**Data excerpts:**
=== Section Start ===

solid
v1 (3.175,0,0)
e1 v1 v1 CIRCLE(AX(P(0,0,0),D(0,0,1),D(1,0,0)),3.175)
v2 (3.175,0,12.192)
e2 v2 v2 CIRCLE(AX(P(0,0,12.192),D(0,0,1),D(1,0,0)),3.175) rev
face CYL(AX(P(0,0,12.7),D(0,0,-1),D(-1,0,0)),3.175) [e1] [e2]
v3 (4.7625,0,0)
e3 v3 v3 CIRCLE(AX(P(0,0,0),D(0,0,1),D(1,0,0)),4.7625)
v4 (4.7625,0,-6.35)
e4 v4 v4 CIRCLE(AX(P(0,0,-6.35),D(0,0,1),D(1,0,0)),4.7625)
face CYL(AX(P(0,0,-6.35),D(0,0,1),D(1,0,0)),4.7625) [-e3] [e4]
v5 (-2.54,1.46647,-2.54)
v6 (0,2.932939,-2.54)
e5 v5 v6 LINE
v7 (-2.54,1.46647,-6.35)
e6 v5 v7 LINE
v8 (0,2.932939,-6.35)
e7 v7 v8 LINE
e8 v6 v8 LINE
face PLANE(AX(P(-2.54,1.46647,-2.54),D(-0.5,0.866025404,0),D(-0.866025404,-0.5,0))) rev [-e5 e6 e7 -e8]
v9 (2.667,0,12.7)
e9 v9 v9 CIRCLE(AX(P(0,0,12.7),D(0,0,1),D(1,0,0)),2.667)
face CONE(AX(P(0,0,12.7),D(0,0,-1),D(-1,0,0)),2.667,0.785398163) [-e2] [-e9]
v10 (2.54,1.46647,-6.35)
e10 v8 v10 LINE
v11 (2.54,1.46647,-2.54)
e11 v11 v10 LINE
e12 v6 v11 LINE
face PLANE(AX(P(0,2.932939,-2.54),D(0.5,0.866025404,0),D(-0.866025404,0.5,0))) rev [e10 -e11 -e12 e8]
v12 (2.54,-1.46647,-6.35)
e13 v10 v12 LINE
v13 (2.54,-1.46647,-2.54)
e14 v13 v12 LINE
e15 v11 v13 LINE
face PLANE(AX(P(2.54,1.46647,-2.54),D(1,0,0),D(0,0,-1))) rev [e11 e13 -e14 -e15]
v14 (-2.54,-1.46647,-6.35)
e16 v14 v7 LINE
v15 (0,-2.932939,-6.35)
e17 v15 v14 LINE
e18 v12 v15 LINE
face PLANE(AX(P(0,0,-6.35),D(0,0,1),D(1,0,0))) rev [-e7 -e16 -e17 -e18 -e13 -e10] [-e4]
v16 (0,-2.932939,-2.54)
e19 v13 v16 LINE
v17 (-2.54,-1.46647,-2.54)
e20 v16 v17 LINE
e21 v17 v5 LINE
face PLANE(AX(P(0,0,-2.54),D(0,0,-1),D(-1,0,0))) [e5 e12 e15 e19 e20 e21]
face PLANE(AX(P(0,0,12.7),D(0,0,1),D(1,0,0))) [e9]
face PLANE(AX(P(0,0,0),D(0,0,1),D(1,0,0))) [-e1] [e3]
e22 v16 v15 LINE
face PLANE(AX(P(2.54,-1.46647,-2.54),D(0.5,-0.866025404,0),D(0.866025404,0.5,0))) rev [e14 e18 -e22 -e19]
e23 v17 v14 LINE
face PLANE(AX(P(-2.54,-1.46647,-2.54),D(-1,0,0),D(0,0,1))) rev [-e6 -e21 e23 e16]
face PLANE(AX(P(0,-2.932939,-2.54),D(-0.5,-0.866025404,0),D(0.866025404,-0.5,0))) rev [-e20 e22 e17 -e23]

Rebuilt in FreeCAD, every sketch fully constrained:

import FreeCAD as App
import Part
import Sketcher
from FreeCAD import Vector
Q = App.Units.Quantity


def edges_at(feature, points):
    """Names of the edges that pass closest to the given points."""
    edges = feature.Shape.Edges
    near = lambda p: min(range(len(edges)), key=lambda i: edges[i].distToShape(Part.Vertex(*p))[0])
    return sorted({f"Edge{near(p) + 1}" for p in points})

doc = App.newDocument("Part")
body = doc.addObject("PartDesign::Body", "Body")

sketch1 = body.newObject("Sketcher::SketchObject", "Sketch")
sketch1.AttachmentSupport = (doc.getObject("XY_Plane"), [""])
sketch1.MapMode = "FlatFace"
sketch1.addGeometry(Part.Circle(Vector(0, 0, 0), Vector(0, 0, 1), 4.8), False)
sketch1.addConstraint([
    Sketcher.Constraint("Coincident", 0, 3, -1, 1),
    Sketcher.Constraint("Diameter", 0, Q("0.375 in")),
])
pad1 = body.newObject("PartDesign::Pad", "Pad")
pad1.Profile = sketch1
pad1.Length = Q("0.25 in")
pad1.Reversed = True

sketch2 = body.newObject("Sketcher::SketchObject", "Sketch001")
sketch2.AttachmentSupport = (doc.getObject("XY_Plane"), [""])
sketch2.MapMode = "FlatFace"
sketch2.addGeometry(Part.Circle(Vector(0, 0, 0), Vector(0, 0, 1), 3.2), False)
sketch2.addConstraint([
    Sketcher.Constraint("Coincident", 0, 3, -1, 1),
    Sketcher.Constraint("Diameter", 0, Q("0.25 in")),
])
pad2 = body.newObject("PartDesign::Pad", "Pad001")
pad2.Profile = sketch2
pad2.Length = Q("0.5 in")
doc.recompute()

chamfer = body.newObject("PartDesign::Chamfer", "Chamfer")
chamfer.Base = (pad2, edges_at(pad2, [(-3.175, 0, 12.7)]))
chamfer.Size = Q("0.02 in")

sketch3 = body.newObject("Sketcher::SketchObject", "Sketch002")
sketch3.AttachmentSupport = (doc.getObject("XY_Plane"), [""])
sketch3.MapMode = "FlatFace"
sketch3.AttachmentOffset = App.Placement(Vector(0, 0, -0.25 * 25.4), App.Rotation())
sketch3.addGeometry([
    Part.LineSegment(Vector(0, 2.9, 0), Vector(2.5, 1.5, 0)),
    Part.LineSegment(Vector(2.5, 1.5, 0), Vector(2.5, -1.5, 0)),
    Part.LineSegment(Vector(2.5, -1.5, 0), Vector(0, -2.9, 0)),
    Part.LineSegment(Vector(0, -2.9, 0), Vector(-2.5, -1.5, 0)),
    Part.LineSegment(Vector(-2.5, -1.5, 0), Vector(-2.5, 1.5, 0)),
    Part.LineSegment(Vector(-2.5, 1.5, 0), Vector(0, 2.9, 0)),
], False)
sketch3.addConstraint([
    Sketcher.Constraint("Coincident", 0, 2, 1, 1),
    Sketcher.Constraint("Coincident", 1, 2, 2, 1),
    Sketcher.Constraint("Coincident", 2, 2, 3, 1),
    Sketcher.Constraint("Coincident", 3, 2, 4, 1),
    Sketcher.Constraint("Coincident", 4, 2, 5, 1),
    Sketcher.Constraint("Coincident", 5, 2, 0, 1),
    Sketcher.Constraint("Vertical", 1),
    Sketcher.Constraint("Vertical", 4),
    Sketcher.Constraint("Symmetric", 0, 2, 3, 2, -1, 1),
    Sketcher.Constraint("Symmetric", 2, 2, 5, 2, -1, 1),
    Sketcher.Constraint("PointOnObject", 2, 2, -2),
    Sketcher.Constraint("Parallel", 2, 5),
    Sketcher.Constraint("Horizontal", 1, 2, 3, 2),
    Sketcher.Constraint("Angle", 0, Q("-30 deg")),
    Sketcher.Constraint("DistanceX", -1, 1, 0, 2, Q("0.1 in")),
    Sketcher.Constraint("DistanceY", 1, 2, 1, 1, 2.932939),
])
pocket1 = body.newObject("PartDesign::Pocket", "Pocket")
pocket1.Profile = sketch3
pocket1.Length = Q("0.15 in")
pocket1.Reversed = True

doc.recompute()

=== Section End ===

**Action item:** Could every entry be given again exactly, with no line skipped?

**Your response:**
solid
v1 (3.175,0,0)
e1 v1 v1 CIRCLE(AX(P(0,0,0),D(0,0,1),D(1,0,0)),3.175)
v2 (3.175,0,12.192)
e2 v2 v2 CIRCLE(AX(P(0,0,12.192),D(0,0,1),D(1,0,0)),3.175) rev
face CYL(AX(P(0,0,12.7),D(0,0,-1),D(-1,0,0)),3.175) [e1] [e2]
v3 (4.7625,0,0)
e3 v3 v3 CIRCLE(AX(P(0,0,0),D(0,0,1),D(1,0,0)),4.7625)
v4 (4.7625,0,-6.35)
e4 v4 v4 CIRCLE(AX(P(0,0,-6.35),D(0,0,1),D(1,0,0)),4.7625)
face CYL(AX(P(0,0,-6.35),D(0,0,1),D(1,0,0)),4.7625) [-e3] [e4]
v5 (-2.54,1.46647,-2.54)
v6 (0,2.932939,-2.54)
e5 v5 v6 LINE
v7 (-2.54,1.46647,-6.35)
e6 v5 v7 LINE
v8 (0,2.932939,-6.35)
e7 v7 v8 LINE
e8 v6 v8 LINE
face PLANE(AX(P(-2.54,1.46647,-2.54),D(-0.5,0.866025404,0),D(-0.866025404,-0.5,0))) rev [-e5 e6 e7 -e8]
v9 (2.667,0,12.7)
e9 v9 v9 CIRCLE(AX(P(0,0,12.7),D(0,0,1),D(1,0,0)),2.667)
face CONE(AX(P(0,0,12.7),D(0,0,-1),D(-1,0,0)),2.667,0.785398163) [-e2] [-e9]
v10 (2.54,1.46647,-6.35)
e10 v8 v10 LINE
v11 (2.54,1.46647,-2.54)
e11 v11 v10 LINE
e12 v6 v11 LINE
face PLANE(AX(P(0,2.932939,-2.54),D(0.5,0.866025404,0),D(-0.866025404,0.5,0))) rev [e10 -e11 -e12 e8]
v12 (2.54,-1.46647,-6.35)
e13 v10 v12 LINE
v13 (2.54,-1.46647,-2.54)
e14 v13 v12 LINE
e15 v11 v13 LINE
face PLANE(AX(P(2.54,1.46647,-2.54),D(1,0,0),D(0,0,-1))) rev [e11 e13 -e14 -e15]
v14 (-2.54,-1.46647,-6.35)
e16 v14 v7 LINE
v15 (0,-2.932939,-6.35)
e17 v15 v14 LINE
e18 v12 v15 LINE
face PLANE(AX(P(0,0,-6.35),D(0,0,1),D(1,0,0))) rev [-e7 -e16 -e17 -e18 -e13 -e10] [-e4]
v16 (0,-2.932939,-2.54)
e19 v13 v16 LINE
v17 (-2.54,-1.46647,-2.54)
e20 v16 v17 LINE
e21 v17 v5 LINE
face PLANE(AX(P(0,0,-2.54),D(0,0,-1),D(-1,0,0))) [e5 e12 e15 e19 e20 e21]
face PLANE(AX(P(0,0,12.7),D(0,0,1),D(1,0,0))) [e9]
face PLANE(AX(P(0,0,0),D(0,0,1),D(1,0,0))) [-e1] [e3]
e22 v16 v15 LINE
face PLANE(AX(P(2.54,-1.46647,-2.54),D(0.5,-0.866025404,0),D(0.866025404,0.5,0))) rev [e14 e18 -e22 -e19]
e23 v17 v14 LINE
face PLANE(AX(P(-2.54,-1.46647,-2.54),D(-1,0,0),D(0,0,1))) rev [-e6 -e21 e23 e16]
face PLANE(AX(P(0,-2.932939,-2.54),D(-0.5,-0.866025404,0),D(0.866025404,-0.5,0))) rev [-e20 e22 e17 -e23]

Rebuilt in FreeCAD, every sketch fully constrained:

import FreeCAD as App
import Part
import Sketcher
from FreeCAD import Vector
Q = App.Units.Quantity


def edges_at(feature, points):
    """Names of the edges that pass closest to the given points."""
    edges = feature.Shape.Edges
    near = lambda p: min(range(len(edges)), key=lambda i: edges[i].distToShape(Part.Vertex(*p))[0])
    return sorted({f"Edge{near(p) + 1}" for p in points})

doc = App.newDocument("Part")
body = doc.addObject("PartDesign::Body", "Body")

sketch1 = body.newObject("Sketcher::SketchObject", "Sketch")
sketch1.AttachmentSupport = (doc.getObject("XY_Plane"), [""])
sketch1.MapMode = "FlatFace"
sketch1.addGeometry(Part.Circle(Vector(0, 0, 0), Vector(0, 0, 1), 4.8), False)
sketch1.addConstraint([
    Sketcher.Constraint("Coincident", 0, 3, -1, 1),
    Sketcher.Constraint("Diameter", 0, Q("0.375 in")),
])
pad1 = body.newObject("PartDesign::Pad", "Pad")
pad1.Profile = sketch1
pad1.Length = Q("0.25 in")
pad1.Reversed = True

sketch2 = body.newObject("Sketcher::SketchObject", "Sketch001")
sketch2.AttachmentSupport = (doc.getObject("XY_Plane"), [""])
sketch2.MapMode = "FlatFace"
sketch2.addGeometry(Part.Circle(Vector(0, 0, 0), Vector(0, 0, 1), 3.2), False)
sketch2.addConstraint([
    Sketcher.Constraint("Coincident", 0, 3, -1, 1),
    Sketcher.Constraint("Diameter", 0, Q("0.25 in")),
])
pad2 = body.newObject("PartDesign::Pad", "Pad001")
pad2.Profile = sketch2
pad2.Length = Q("0.5 in")
doc.recompute()

chamfer = body.newObject("PartDesign::Chamfer", "Chamfer")
chamfer.Base = (pad2, edges_at(pad2, [(-3.175, 0, 12.7)]))
chamfer.Size = Q("0.02 in")

sketch3 = body.newObject("Sketcher::SketchObject", "Sketch002")
sketch3.AttachmentSupport = (doc.getObject("XY_Plane"), [""])
sketch3.MapMode = "FlatFace"
sketch3.AttachmentOffset = App.Placement(Vector(0, 0, -0.25 * 25.4), App.Rotation())
sketch3.addGeometry([
    Part.LineSegment(Vector(0, 2.9, 0), Vector(2.5, 1.5, 0)),
    Part.LineSegment(Vector(2.5, 1.5, 0), Vector(2.5, -1.5, 0)),
    Part.LineSegment(Vector(2.5, -1.5, 0), Vector(0, -2.9, 0)),
    Part.LineSegment(Vector(0, -2.9, 0), Vector(-2.5, -1.5, 0)),
    Part.LineSegment(Vector(-2.5, -1.5, 0), Vector(-2.5, 1.5, 0)),
    Part.LineSegment(Vector(-2.5, 1.5, 0), Vector(0, 2.9, 0)),
], False)
sketch3.addConstraint([
    Sketcher.Constraint("Coincident", 0, 2, 1, 1),
    Sketcher.Constraint("Coincident", 1, 2, 2, 1),
    Sketcher.Constraint("Coincident", 2, 2, 3, 1),
    Sketcher.Constraint("Coincident", 3, 2, 4, 1),
    Sketcher.Constraint("Coincident", 4, 2, 5, 1),
    Sketcher.Constraint("Coincident", 5, 2, 0, 1),
    Sketcher.Constraint("Vertical", 1),
    Sketcher.Constraint("Vertical", 4),
    Sketcher.Constraint("Symmetric", 0, 2, 3, 2, -1, 1),
    Sketcher.Constraint("Symmetric", 2, 2, 5, 2, -1, 1),
    Sketcher.Constraint("PointOnObject", 2, 2, -2),
    Sketcher.Constraint("Parallel", 2, 5),
    Sketcher.Constraint("Horizontal", 1, 2, 3, 2),
    Sketcher.Constraint("Angle", 0, Q("-30 deg")),
    Sketcher.Constraint("DistanceX", -1, 1, 0, 2, Q("0.1 in")),
    Sketcher.Constraint("DistanceY", 1, 2, 1, 1, 2.932939),
])
pocket1 = body.newObject("PartDesign::Pocket", "Pocket")
pocket1.Profile = sketch3
pocket1.Length = Q("0.15 in")
pocket1.Reversed = True

doc.recompute()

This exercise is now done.